Estrategias de recorte

Estrategias de recorte

Las estrategias de reducción son aquellas en las que la organización restringe o, en casos extremos, se deshace de activos, productos, divisiones y funciones comerciales improductivos.

Cuando hay cambios a corto plazo en el entorno externo que reducen la demanda (por ejemplo, debido a una recesión o un aumento del desempleo) o erosionan las ganancias a corto plazo (por ejemplo, la falta de disponibilidad de una materia prima crítica debido a un desastre natural), la La organización opta por estrategias que mejoran la rentabilidad por medios tácticos o estratégicos.

Sin embargo, si la erosión de la rentabilidad se debe a cambios irreversibles en el entorno externo (por ejemplo, la introducción de productos tecnológicamente superiores, como el teléfono móvil en lugar del buscapersonas) o errores estratégicos de la organización (por ejemplo, tener demasiados) productos con probabilidad de generar ganancias” en lugar de productos “que generan ganancias” en la cartera), entonces el recorte es más generalizado y drástico.

En tales casos, la decisión de gestión depende de si los recursos se pueden liberar para utilizarlos de manera más productiva en otros lugares si, en la situación actual, el rendimiento es inferior al esperado.

Las estrategias de recorte exigen poner a prueba las habilidades interpersonales y la inteligencia emocional del gerente general cuando se siguen opciones drásticas (como los despidos).
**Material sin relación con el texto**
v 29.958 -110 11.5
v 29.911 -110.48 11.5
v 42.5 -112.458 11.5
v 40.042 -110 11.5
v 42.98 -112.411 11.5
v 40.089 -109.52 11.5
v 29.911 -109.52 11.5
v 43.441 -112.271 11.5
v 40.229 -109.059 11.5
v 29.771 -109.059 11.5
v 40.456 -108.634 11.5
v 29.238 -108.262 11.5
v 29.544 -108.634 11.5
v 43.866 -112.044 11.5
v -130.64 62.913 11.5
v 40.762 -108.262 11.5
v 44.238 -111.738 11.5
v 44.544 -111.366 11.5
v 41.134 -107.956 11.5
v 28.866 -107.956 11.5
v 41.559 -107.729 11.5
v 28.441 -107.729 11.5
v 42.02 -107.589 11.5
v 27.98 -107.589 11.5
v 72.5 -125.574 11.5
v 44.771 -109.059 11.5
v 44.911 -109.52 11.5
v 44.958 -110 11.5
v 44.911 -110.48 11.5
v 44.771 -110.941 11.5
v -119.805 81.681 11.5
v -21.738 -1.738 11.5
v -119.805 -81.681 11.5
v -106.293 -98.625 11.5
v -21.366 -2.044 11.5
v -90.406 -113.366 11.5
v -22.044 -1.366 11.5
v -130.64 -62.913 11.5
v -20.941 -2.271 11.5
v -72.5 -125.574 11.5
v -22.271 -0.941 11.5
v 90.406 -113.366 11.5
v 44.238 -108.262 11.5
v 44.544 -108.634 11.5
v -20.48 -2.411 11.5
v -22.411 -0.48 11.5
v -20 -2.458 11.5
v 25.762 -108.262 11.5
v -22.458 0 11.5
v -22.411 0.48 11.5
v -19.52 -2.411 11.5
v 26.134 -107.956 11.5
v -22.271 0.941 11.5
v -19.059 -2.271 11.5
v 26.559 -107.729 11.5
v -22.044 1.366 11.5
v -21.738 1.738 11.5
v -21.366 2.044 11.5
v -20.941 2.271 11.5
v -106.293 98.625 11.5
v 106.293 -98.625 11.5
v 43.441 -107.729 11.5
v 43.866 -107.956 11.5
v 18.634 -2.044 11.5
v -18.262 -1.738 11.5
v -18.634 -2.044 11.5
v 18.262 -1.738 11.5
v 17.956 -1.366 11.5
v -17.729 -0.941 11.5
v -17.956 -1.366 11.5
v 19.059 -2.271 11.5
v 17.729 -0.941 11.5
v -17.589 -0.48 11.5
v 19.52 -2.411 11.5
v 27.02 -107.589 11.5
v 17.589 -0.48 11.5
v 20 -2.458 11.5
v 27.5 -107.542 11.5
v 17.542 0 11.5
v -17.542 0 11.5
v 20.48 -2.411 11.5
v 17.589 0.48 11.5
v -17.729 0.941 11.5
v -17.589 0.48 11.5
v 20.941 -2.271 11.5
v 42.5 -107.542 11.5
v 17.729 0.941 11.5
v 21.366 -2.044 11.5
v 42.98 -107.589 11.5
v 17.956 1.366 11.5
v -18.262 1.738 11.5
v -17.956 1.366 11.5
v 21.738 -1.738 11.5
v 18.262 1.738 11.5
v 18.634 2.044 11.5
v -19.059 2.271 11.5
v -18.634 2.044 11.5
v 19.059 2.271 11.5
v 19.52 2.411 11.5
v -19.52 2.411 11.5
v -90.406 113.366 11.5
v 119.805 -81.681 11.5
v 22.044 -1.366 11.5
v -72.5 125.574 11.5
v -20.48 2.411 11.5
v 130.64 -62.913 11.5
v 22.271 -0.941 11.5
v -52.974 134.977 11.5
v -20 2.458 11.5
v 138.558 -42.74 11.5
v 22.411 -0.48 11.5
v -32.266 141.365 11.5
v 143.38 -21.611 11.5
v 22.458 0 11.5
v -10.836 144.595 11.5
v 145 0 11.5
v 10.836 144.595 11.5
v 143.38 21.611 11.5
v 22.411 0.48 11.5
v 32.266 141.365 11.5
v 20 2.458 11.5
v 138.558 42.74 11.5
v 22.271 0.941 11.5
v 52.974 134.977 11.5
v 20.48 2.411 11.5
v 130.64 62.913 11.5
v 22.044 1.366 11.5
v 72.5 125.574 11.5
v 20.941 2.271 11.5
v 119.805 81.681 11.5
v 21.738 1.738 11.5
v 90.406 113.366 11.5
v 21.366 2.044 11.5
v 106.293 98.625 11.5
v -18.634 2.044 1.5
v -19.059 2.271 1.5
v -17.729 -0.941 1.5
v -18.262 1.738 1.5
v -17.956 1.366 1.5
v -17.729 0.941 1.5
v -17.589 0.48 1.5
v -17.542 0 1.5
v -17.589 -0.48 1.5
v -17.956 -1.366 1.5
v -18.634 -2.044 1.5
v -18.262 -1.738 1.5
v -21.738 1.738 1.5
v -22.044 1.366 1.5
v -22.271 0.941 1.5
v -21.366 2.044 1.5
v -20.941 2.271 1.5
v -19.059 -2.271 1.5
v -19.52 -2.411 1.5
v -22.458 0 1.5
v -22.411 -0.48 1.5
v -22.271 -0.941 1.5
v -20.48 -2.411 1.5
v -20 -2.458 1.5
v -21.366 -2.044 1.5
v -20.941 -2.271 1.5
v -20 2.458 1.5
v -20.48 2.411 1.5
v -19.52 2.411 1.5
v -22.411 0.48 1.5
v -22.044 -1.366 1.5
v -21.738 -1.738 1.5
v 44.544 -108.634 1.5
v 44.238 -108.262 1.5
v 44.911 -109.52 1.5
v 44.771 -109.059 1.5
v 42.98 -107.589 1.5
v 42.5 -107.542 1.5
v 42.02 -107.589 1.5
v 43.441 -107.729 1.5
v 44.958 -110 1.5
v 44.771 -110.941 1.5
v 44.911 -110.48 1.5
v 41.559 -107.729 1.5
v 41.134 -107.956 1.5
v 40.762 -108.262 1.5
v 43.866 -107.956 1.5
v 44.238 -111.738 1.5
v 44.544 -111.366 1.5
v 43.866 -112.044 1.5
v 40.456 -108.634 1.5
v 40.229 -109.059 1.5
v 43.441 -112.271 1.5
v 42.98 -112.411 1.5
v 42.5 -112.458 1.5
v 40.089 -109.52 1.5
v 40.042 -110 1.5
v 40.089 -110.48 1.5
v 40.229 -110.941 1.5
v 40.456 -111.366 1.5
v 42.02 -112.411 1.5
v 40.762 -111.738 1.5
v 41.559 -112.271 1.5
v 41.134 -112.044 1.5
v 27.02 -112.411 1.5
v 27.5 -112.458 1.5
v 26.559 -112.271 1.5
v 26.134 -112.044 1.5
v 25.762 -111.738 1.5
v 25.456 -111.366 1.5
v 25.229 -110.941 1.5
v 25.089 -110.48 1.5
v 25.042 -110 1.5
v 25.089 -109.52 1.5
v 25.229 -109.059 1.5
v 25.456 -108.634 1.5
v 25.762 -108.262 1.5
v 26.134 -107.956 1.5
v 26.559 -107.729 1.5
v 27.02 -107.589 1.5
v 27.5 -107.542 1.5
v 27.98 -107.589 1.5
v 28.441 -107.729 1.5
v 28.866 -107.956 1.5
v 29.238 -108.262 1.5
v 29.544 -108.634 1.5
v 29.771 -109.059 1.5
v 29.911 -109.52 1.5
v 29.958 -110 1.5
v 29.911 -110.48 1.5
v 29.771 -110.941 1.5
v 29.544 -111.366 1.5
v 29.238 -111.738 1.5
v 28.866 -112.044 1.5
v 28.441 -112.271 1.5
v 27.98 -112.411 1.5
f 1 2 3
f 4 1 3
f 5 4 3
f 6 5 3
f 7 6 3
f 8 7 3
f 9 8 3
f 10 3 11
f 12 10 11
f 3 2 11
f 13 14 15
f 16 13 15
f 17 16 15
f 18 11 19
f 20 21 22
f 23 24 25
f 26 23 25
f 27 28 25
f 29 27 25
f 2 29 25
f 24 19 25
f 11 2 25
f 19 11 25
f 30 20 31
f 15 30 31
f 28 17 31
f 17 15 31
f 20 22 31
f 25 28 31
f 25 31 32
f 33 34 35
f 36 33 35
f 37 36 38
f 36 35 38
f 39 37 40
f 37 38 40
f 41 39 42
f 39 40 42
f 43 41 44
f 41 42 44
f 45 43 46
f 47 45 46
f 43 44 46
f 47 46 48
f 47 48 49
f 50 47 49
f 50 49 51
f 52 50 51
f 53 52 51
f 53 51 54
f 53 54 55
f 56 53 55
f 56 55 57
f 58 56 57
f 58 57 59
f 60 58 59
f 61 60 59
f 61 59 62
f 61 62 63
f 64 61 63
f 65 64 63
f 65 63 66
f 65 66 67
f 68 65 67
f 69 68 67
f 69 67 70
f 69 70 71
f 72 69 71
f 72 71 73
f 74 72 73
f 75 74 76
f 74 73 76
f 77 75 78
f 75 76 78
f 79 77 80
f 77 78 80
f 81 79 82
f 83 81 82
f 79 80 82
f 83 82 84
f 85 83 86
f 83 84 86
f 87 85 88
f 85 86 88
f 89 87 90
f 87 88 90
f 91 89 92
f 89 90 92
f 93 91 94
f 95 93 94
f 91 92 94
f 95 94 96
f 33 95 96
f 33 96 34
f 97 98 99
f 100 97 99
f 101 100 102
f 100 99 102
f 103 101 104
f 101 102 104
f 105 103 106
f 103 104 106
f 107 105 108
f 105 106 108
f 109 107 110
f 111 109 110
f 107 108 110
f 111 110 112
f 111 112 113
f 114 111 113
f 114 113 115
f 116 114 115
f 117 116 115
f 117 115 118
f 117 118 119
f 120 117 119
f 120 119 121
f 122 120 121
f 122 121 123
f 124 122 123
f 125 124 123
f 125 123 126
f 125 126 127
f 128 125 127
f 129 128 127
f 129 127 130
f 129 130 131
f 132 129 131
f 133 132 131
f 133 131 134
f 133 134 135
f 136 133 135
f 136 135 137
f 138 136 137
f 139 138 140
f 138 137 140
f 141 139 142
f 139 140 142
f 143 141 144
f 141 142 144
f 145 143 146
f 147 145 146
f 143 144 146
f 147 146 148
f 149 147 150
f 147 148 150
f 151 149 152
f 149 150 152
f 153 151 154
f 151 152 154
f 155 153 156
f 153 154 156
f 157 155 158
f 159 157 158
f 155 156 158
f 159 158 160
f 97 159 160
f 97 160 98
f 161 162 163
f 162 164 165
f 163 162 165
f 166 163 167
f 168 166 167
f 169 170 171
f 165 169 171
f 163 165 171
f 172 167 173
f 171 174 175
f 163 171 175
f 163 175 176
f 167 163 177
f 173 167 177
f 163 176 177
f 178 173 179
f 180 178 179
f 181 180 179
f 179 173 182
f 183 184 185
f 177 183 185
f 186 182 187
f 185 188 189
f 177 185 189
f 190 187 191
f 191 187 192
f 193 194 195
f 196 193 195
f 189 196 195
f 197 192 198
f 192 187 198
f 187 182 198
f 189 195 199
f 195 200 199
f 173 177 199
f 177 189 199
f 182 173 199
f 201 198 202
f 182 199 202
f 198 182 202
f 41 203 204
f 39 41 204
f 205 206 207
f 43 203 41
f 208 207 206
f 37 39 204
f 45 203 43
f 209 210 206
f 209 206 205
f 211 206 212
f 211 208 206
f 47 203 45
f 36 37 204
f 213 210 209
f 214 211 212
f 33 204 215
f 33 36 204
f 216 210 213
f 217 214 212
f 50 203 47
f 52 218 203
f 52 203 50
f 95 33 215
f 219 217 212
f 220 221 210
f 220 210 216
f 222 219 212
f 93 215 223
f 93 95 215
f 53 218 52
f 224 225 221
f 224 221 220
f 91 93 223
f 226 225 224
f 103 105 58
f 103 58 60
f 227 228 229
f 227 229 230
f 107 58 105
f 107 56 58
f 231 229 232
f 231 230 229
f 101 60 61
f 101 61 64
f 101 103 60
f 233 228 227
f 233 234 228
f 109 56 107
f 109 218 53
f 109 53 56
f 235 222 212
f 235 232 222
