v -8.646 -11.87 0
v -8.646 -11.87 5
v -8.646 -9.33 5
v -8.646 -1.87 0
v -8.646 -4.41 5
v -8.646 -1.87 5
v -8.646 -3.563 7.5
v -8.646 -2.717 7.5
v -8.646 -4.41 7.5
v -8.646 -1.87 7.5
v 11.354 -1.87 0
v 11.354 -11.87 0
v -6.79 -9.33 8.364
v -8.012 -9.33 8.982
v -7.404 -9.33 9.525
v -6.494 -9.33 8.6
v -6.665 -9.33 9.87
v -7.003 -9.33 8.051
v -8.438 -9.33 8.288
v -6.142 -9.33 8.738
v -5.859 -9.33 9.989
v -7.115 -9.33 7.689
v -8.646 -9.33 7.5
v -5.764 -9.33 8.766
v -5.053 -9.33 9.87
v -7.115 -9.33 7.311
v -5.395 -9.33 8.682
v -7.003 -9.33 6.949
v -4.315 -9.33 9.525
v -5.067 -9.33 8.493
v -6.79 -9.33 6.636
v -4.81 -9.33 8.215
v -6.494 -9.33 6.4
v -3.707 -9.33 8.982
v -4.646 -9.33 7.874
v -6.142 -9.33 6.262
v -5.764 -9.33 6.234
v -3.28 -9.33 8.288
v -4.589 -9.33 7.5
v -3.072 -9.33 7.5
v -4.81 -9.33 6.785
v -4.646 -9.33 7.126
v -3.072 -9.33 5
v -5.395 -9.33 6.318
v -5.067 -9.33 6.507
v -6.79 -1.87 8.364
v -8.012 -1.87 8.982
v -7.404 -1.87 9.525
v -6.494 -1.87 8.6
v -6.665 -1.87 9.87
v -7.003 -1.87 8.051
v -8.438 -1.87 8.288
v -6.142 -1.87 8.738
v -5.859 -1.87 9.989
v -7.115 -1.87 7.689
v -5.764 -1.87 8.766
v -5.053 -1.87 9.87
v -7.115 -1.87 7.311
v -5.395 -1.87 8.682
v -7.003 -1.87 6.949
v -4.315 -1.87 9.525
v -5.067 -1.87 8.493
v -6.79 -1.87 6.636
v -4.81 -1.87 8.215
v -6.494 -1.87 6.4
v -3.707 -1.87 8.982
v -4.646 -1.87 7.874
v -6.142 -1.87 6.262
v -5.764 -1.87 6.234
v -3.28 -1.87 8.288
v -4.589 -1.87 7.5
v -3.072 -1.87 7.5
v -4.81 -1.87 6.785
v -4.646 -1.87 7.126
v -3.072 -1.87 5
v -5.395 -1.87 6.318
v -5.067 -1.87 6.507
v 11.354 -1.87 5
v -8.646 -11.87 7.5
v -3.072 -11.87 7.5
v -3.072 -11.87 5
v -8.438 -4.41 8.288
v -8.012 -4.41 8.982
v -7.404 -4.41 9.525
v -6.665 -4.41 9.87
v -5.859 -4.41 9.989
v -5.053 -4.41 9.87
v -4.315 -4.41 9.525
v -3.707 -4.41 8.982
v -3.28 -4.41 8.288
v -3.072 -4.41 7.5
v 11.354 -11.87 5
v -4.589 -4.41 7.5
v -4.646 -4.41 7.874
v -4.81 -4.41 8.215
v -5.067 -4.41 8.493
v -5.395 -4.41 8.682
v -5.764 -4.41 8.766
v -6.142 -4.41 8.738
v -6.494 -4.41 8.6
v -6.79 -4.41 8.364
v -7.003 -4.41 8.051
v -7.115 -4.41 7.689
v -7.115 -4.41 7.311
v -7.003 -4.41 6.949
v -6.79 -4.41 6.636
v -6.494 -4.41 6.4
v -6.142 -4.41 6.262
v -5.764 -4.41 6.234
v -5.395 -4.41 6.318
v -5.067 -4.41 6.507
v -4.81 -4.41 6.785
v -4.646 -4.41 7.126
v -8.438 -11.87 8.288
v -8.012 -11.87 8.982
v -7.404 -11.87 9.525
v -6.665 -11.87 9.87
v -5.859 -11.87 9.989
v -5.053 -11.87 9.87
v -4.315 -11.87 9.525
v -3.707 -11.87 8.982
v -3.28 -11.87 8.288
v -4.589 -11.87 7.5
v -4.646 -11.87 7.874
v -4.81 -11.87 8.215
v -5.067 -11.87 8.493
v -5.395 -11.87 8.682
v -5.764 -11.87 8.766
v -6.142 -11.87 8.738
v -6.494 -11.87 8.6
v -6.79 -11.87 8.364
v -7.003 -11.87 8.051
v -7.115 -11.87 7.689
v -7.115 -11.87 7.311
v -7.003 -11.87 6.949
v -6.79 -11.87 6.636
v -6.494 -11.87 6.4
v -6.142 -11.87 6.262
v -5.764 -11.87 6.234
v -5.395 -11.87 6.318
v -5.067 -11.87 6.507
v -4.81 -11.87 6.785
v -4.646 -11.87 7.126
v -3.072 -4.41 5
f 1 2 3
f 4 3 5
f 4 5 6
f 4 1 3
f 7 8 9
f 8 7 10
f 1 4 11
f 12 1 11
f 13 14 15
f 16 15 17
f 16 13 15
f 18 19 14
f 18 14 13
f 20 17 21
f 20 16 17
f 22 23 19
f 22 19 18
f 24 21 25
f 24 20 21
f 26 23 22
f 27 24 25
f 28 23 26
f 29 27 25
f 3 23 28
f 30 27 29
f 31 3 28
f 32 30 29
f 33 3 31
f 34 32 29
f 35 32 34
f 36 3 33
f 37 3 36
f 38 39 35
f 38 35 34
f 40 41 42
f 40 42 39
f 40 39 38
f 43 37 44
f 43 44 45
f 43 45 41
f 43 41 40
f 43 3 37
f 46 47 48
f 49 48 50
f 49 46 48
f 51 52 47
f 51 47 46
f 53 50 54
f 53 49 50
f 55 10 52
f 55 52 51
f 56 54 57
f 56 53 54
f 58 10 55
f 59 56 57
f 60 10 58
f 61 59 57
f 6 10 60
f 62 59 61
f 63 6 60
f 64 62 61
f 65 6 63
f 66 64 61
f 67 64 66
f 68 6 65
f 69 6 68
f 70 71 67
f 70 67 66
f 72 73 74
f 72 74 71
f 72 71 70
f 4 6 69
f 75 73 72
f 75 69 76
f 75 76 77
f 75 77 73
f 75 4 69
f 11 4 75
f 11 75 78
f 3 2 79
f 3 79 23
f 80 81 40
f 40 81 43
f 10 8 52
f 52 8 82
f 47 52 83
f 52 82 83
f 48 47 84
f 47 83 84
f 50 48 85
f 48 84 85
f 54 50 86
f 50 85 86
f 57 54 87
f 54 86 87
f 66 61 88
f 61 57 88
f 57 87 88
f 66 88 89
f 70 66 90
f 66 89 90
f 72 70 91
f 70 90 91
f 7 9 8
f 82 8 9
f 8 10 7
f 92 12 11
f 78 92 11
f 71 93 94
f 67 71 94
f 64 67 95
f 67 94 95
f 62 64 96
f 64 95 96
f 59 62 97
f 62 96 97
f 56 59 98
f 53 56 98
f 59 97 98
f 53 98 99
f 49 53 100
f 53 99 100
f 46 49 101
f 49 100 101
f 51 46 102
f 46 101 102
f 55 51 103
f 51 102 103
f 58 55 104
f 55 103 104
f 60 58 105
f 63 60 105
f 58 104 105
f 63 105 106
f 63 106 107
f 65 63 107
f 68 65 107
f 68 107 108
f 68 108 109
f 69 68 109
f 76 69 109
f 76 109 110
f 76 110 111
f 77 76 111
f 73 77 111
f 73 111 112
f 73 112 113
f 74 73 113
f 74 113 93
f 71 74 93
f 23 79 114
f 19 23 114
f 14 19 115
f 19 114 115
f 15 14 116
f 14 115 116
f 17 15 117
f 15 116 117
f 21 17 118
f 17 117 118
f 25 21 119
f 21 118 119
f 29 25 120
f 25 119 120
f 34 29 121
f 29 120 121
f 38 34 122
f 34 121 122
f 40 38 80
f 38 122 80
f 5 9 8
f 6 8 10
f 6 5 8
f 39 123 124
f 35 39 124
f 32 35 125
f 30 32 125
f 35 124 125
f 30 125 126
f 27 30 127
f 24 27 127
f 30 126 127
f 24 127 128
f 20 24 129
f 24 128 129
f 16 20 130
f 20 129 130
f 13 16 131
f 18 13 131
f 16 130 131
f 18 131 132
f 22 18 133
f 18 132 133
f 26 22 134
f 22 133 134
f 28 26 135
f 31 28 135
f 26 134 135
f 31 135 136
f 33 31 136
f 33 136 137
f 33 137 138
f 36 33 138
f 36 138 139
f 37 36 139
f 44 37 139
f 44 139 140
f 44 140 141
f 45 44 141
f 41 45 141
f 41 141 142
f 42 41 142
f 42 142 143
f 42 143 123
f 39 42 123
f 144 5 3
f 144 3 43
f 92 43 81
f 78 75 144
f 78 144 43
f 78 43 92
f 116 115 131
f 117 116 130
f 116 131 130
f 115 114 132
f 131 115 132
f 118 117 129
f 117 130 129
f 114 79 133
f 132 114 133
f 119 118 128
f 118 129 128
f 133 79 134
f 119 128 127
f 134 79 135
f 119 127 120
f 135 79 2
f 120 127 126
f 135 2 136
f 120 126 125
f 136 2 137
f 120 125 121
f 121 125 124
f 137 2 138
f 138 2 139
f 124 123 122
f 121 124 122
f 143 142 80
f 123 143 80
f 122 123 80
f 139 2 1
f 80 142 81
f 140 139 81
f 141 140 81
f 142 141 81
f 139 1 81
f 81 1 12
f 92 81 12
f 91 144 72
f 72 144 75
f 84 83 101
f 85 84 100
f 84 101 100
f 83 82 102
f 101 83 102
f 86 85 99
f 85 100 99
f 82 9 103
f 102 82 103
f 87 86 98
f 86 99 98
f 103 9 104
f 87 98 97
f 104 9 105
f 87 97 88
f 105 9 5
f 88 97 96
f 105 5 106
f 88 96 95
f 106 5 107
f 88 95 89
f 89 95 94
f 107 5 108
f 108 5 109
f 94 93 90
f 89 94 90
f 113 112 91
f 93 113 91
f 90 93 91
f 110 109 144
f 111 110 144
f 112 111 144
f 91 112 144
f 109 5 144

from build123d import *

# Parameters (mm, degrees)
F0_W     = 20
F0_H     = 10
F1_DEPTH = 5
F2_W     = 5.574685
F2_H     = 2.54
F3_DEPTH = 5
F5_DEPTH = 10.001
F6_R     = 1.27
F7_DEPTH = 10.001


with BuildPart() as f1:
    # F0 (on Top) → F1 (new body)
    with BuildSketch(Plane.XY):
        with Locations((1.353551, -6.869877)):
            Rectangle(F0_W, F0_H)
    extrude(amount=F1_DEPTH)

    # F2 (on face) → F3 (join)
    with BuildSketch(Plane.XY.offset(5)):
        with Locations((-5.859107, -3.139877)):
            Rectangle(F2_W, F2_H)
        with Locations((-5.859107, -10.599877)):
            Rectangle(F2_W, F2_H)
    extrude(amount=F3_DEPTH)

    # F4 (on face) → F5 (cut, through all)
    with BuildSketch(Plane.XZ.offset(11.869877)):
        Polygon((-3.071764, 10), (-3.071764, 7.5), (-2.419111, 7.5), (-2.419111, 10.895025), (-9.260142, 10.895025), (-9.729625, 7.921636), (-8.646449, 7.5), (-8.646449, 10), align=None)
        with BuildLine():
            ThreePointArc((-8.646449, 7.5), (-5.859107, 9.988526), (-3.071764, 7.5))
            Line((-3.071764, 7.5), (-3.071764, 10))
            Line((-3.071764, 10), (-8.646449, 10))
            Line((-8.646449, 10), (-8.646449, 7.5))
        make_face()
    extrude(amount=-F5_DEPTH, mode=Mode.SUBTRACT)

    # F6 (on face) → F7 (cut, through all)
    with BuildSketch(Plane.XZ.offset(11.869877)):
        with Locations((-5.859107, 7.5)):
            Circle(F6_R)
    extrude(amount=-F7_DEPTH, mode=Mode.SUBTRACT)


solid = f1.part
Las organizaciones pueden reducir sus gastos en fases o, según la situación, decidir vender o liquidar el negocio. Aparte de estas razones, las organizaciones optan por estrategias de recorte cuando:

  • Los flujos de caja son perjudiciales y provocan pérdidas.
  • La rentabilidad de la industria está disminuyendo.
  • La eficiencia operativa se ha deteriorado.
  • Los competidores son eficientes y aumentan constantemente su cuota de mercado.
  • Los productos son tecnológicamente inferiores y los activos productivos están bloqueados en su fabricación.
  • Las instalaciones y los activos físicos se deterioran.
  • La rentabilidad futura depende de la asignación de recursos de áreas improductivas a áreas productivas.
  • La organización está en apuros de dinero.
  • Hay varias vías para recortar eficazmente.